### Exercise description
Using the records below, output the stretch that opens with the line containing "#37=EDGE_LOOP('',(#21,#28,#33,#36));" and closes with the line containing "#58=EDGE_CURVE('',#45,#14,#57,.T.);", exactly and including both lines, with nothing more.

START Provided records

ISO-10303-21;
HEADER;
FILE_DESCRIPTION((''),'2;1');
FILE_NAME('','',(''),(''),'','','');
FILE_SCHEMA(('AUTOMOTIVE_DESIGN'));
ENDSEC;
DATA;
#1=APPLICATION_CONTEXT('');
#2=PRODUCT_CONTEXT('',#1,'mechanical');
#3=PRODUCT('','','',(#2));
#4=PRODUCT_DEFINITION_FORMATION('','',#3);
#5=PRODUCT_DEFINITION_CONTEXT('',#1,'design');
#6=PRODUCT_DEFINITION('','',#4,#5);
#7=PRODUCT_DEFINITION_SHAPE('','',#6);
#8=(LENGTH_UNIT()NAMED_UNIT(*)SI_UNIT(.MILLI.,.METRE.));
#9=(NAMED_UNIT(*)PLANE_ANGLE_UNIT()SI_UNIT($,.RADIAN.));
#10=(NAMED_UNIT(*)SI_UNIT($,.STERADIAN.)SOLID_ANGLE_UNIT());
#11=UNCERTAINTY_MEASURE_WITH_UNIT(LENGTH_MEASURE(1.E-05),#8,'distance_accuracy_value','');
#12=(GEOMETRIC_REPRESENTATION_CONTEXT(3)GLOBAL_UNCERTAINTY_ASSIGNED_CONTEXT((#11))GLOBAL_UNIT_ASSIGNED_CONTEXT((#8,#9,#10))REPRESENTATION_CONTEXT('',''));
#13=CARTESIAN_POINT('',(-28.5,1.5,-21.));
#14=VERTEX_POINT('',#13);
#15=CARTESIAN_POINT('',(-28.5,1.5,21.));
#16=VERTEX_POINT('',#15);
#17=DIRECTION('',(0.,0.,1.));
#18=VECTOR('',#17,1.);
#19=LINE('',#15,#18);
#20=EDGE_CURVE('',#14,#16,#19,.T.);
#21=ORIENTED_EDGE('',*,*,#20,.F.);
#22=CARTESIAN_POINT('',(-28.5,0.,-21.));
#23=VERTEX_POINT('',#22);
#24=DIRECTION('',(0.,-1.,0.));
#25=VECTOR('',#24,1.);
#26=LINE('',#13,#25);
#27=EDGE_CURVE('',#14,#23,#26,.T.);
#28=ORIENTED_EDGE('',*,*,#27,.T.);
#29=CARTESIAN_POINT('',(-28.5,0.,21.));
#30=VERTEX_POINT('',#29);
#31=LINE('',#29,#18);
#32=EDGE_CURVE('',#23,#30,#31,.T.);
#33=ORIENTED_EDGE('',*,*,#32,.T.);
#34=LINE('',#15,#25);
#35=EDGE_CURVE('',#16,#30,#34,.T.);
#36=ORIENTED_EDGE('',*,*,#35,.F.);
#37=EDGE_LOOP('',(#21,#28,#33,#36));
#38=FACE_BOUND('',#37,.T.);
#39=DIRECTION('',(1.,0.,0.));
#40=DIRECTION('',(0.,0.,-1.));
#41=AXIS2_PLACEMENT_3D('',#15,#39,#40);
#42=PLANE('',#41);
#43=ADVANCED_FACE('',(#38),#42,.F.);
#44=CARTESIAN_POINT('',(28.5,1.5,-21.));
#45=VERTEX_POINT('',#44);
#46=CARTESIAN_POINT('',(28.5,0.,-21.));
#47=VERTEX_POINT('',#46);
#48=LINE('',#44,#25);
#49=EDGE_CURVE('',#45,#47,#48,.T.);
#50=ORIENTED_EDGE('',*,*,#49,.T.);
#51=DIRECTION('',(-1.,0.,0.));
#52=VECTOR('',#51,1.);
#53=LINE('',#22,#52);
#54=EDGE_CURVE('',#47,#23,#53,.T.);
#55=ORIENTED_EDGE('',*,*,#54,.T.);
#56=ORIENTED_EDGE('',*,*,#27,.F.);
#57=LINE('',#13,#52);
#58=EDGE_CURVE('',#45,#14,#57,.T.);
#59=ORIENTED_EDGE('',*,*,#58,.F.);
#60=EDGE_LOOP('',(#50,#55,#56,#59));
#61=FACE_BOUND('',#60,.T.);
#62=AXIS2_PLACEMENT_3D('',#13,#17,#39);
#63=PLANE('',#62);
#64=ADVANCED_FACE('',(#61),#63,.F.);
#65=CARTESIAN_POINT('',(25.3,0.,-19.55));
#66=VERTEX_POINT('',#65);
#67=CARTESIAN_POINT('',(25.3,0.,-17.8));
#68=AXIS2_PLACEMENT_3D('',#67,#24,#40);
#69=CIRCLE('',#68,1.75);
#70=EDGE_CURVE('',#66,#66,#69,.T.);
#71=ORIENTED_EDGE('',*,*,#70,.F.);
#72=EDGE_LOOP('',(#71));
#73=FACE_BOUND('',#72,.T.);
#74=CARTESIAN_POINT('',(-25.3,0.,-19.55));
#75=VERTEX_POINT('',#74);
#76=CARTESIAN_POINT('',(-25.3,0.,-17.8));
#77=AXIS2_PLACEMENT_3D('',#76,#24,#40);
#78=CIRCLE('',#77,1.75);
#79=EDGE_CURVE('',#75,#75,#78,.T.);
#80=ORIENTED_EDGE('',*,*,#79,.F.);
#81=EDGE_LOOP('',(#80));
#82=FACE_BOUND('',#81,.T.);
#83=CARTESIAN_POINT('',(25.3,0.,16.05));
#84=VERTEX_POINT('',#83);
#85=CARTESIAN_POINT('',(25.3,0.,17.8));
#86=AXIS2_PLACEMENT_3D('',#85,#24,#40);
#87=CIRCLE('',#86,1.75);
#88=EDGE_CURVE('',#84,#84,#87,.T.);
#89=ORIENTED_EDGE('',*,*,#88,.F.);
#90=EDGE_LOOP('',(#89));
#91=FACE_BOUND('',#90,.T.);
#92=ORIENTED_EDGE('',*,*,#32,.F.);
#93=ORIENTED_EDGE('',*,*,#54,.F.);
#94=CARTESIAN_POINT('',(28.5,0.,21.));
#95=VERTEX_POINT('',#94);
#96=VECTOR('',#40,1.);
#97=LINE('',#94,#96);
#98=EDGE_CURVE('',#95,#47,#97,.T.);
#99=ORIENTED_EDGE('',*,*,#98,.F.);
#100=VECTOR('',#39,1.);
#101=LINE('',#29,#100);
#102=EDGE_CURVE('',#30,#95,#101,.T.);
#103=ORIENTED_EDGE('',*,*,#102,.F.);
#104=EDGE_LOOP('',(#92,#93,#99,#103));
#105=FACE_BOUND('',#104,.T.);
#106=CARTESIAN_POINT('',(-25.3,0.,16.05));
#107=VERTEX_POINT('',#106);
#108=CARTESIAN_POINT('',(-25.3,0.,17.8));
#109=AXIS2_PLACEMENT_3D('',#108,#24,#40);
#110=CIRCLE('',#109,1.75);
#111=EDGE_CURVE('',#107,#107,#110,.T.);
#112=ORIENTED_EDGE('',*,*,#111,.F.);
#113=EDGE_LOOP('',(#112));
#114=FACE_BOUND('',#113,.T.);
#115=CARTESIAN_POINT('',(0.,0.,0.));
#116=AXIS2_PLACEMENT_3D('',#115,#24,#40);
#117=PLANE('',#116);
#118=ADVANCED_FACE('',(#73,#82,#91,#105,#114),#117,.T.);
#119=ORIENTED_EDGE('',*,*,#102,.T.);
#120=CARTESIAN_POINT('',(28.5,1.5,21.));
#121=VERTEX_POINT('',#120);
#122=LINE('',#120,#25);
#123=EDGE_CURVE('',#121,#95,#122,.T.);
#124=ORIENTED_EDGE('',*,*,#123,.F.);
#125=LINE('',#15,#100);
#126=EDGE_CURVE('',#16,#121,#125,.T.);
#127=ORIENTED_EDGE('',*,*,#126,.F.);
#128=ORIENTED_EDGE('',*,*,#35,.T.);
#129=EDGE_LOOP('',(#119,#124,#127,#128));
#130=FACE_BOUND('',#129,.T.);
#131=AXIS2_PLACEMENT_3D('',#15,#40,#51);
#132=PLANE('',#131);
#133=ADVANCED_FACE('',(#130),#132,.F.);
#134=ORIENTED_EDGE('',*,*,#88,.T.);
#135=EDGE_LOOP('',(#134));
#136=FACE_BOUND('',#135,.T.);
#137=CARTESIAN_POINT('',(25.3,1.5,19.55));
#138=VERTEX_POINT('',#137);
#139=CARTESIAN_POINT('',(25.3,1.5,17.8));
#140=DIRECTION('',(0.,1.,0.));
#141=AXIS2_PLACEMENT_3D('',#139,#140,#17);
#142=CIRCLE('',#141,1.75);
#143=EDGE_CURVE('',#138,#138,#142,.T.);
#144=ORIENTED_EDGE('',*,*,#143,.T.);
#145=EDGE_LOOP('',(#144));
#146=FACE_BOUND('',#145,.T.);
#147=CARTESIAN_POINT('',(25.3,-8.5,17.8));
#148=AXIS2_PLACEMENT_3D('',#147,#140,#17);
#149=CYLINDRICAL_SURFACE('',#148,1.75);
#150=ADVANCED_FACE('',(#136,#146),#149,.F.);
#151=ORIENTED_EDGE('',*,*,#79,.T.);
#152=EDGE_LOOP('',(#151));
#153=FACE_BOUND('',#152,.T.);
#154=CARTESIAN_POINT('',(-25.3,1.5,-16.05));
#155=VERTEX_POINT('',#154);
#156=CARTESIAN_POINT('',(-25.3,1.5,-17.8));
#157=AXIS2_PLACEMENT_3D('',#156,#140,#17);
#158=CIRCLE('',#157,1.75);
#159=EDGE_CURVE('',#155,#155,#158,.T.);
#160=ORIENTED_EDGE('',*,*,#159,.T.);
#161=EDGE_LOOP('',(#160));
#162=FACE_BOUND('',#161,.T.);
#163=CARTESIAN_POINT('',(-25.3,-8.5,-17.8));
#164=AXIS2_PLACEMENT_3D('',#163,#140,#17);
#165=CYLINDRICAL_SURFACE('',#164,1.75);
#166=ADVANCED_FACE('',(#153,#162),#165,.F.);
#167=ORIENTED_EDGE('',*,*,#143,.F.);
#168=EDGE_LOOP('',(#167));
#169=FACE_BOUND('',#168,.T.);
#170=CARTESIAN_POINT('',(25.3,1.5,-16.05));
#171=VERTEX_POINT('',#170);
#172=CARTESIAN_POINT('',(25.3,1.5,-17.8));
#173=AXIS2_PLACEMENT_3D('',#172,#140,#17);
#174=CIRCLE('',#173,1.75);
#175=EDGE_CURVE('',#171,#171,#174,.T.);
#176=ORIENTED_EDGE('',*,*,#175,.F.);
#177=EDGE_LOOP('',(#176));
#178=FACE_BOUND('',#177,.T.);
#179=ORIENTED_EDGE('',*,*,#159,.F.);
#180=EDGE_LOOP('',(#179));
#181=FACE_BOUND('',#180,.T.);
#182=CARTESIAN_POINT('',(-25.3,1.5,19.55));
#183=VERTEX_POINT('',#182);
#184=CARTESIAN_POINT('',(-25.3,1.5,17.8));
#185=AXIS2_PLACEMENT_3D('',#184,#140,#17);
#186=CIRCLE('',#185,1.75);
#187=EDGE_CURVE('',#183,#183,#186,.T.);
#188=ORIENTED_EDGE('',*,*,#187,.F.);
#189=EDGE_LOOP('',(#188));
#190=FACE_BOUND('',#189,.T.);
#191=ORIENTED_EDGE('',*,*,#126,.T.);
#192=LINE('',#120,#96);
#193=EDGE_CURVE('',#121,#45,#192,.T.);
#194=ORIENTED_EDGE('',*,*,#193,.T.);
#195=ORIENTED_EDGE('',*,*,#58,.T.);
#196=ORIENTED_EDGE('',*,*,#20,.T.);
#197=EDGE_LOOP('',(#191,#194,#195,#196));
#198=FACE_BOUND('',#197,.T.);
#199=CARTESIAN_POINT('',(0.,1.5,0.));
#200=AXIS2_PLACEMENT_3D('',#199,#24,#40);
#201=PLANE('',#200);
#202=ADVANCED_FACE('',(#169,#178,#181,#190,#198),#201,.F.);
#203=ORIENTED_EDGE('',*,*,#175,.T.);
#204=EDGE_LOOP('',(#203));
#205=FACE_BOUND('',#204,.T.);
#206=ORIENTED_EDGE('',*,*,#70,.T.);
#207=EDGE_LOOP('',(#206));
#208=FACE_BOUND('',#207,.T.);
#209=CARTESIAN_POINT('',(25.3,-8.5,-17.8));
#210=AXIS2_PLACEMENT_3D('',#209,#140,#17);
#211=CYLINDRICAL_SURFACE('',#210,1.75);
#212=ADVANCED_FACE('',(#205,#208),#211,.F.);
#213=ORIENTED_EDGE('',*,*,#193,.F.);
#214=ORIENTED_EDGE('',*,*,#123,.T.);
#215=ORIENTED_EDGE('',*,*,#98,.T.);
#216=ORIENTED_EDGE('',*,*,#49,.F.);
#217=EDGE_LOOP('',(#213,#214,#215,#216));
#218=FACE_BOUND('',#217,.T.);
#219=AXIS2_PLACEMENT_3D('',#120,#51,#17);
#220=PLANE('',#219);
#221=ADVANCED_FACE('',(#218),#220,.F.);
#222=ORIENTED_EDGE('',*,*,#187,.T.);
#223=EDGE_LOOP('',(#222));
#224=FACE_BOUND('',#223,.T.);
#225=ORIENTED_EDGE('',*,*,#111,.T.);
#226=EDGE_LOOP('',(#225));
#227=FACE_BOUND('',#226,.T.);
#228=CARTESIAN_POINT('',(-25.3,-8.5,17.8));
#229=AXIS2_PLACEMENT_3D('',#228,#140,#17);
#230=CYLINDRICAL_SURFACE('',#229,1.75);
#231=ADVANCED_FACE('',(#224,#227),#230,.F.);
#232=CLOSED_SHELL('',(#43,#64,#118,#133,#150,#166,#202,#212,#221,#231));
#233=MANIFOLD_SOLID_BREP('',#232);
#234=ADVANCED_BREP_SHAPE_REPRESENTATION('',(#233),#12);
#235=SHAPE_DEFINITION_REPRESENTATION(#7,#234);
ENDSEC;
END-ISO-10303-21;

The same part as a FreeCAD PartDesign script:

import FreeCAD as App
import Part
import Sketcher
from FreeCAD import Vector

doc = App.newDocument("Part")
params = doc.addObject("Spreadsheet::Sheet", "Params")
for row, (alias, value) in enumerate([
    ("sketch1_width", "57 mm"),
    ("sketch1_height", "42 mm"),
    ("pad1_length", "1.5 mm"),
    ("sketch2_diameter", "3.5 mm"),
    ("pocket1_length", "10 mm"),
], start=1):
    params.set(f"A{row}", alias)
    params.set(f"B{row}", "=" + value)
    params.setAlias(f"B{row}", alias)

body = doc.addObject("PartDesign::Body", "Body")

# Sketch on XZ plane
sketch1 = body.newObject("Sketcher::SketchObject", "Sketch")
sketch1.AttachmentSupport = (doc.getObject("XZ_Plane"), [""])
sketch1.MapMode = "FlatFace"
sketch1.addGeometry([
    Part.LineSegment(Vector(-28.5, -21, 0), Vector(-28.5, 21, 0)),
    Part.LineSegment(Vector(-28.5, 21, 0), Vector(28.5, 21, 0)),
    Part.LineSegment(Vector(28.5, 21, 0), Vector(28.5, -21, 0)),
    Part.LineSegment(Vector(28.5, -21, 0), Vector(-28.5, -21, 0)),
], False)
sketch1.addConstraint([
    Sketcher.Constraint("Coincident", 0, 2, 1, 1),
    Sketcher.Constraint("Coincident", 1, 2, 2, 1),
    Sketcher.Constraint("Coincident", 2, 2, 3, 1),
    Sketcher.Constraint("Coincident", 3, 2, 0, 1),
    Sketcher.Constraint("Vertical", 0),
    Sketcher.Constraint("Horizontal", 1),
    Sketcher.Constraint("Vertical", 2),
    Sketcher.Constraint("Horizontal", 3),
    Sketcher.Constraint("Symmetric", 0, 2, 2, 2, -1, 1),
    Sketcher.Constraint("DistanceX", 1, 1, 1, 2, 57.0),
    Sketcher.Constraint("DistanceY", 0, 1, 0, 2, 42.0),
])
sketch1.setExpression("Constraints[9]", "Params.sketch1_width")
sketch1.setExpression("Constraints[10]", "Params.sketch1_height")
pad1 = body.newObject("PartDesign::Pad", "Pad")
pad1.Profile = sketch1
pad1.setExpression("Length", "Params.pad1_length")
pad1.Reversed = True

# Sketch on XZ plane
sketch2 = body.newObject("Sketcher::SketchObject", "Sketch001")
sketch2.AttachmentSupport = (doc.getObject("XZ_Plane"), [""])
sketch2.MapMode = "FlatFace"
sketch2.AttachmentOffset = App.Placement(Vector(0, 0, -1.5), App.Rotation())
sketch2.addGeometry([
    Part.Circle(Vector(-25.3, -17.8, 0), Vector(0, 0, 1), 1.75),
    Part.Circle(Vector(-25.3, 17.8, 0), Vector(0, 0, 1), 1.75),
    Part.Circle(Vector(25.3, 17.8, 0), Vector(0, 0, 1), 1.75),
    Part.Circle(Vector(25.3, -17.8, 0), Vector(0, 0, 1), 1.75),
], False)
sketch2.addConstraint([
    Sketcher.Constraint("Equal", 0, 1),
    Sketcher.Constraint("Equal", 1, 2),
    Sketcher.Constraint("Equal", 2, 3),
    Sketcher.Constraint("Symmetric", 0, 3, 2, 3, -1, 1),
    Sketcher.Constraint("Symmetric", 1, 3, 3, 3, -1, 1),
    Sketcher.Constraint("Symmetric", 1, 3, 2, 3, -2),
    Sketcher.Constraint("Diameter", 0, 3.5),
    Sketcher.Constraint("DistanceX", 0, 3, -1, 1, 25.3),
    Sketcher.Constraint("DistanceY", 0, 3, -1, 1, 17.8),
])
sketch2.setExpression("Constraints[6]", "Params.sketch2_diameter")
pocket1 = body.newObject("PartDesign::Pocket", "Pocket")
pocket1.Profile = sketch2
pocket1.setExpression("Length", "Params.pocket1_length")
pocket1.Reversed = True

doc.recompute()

END Provided records

### Task answer
#37=EDGE_LOOP('',(#21,#28,#33,#36));
#38=FACE_BOUND('',#37,.T.);
#39=DIRECTION('',(1.,0.,0.));
#40=DIRECTION('',(0.,0.,-1.));
#41=AXIS2_PLACEMENT_3D('',#15,#39,#40);
#42=PLANE('',#41);
#43=ADVANCED_FACE('',(#38),#42,.F.);
#44=CARTESIAN_POINT('',(28.5,1.5,-21.));
#45=VERTEX_POINT('',#44);
#46=CARTESIAN_POINT('',(28.5,0.,-21.));
#47=VERTEX_POINT('',#46);
#48=LINE('',#44,#25);
#49=EDGE_CURVE('',#45,#47,#48,.T.);
#50=ORIENTED_EDGE('',*,*,#49,.T.);
#51=DIRECTION('',(-1.,0.,0.));
#52=VECTOR('',#51,1.);
#53=LINE('',#22,#52);
#54=EDGE_CURVE('',#47,#23,#53,.T.);
#55=ORIENTED_EDGE('',*,*,#54,.T.);
#56=ORIENTED_EDGE('',*,*,#27,.F.);
#57=LINE('',#13,#52);
#58=EDGE_CURVE('',#45,#14,#57,.T.);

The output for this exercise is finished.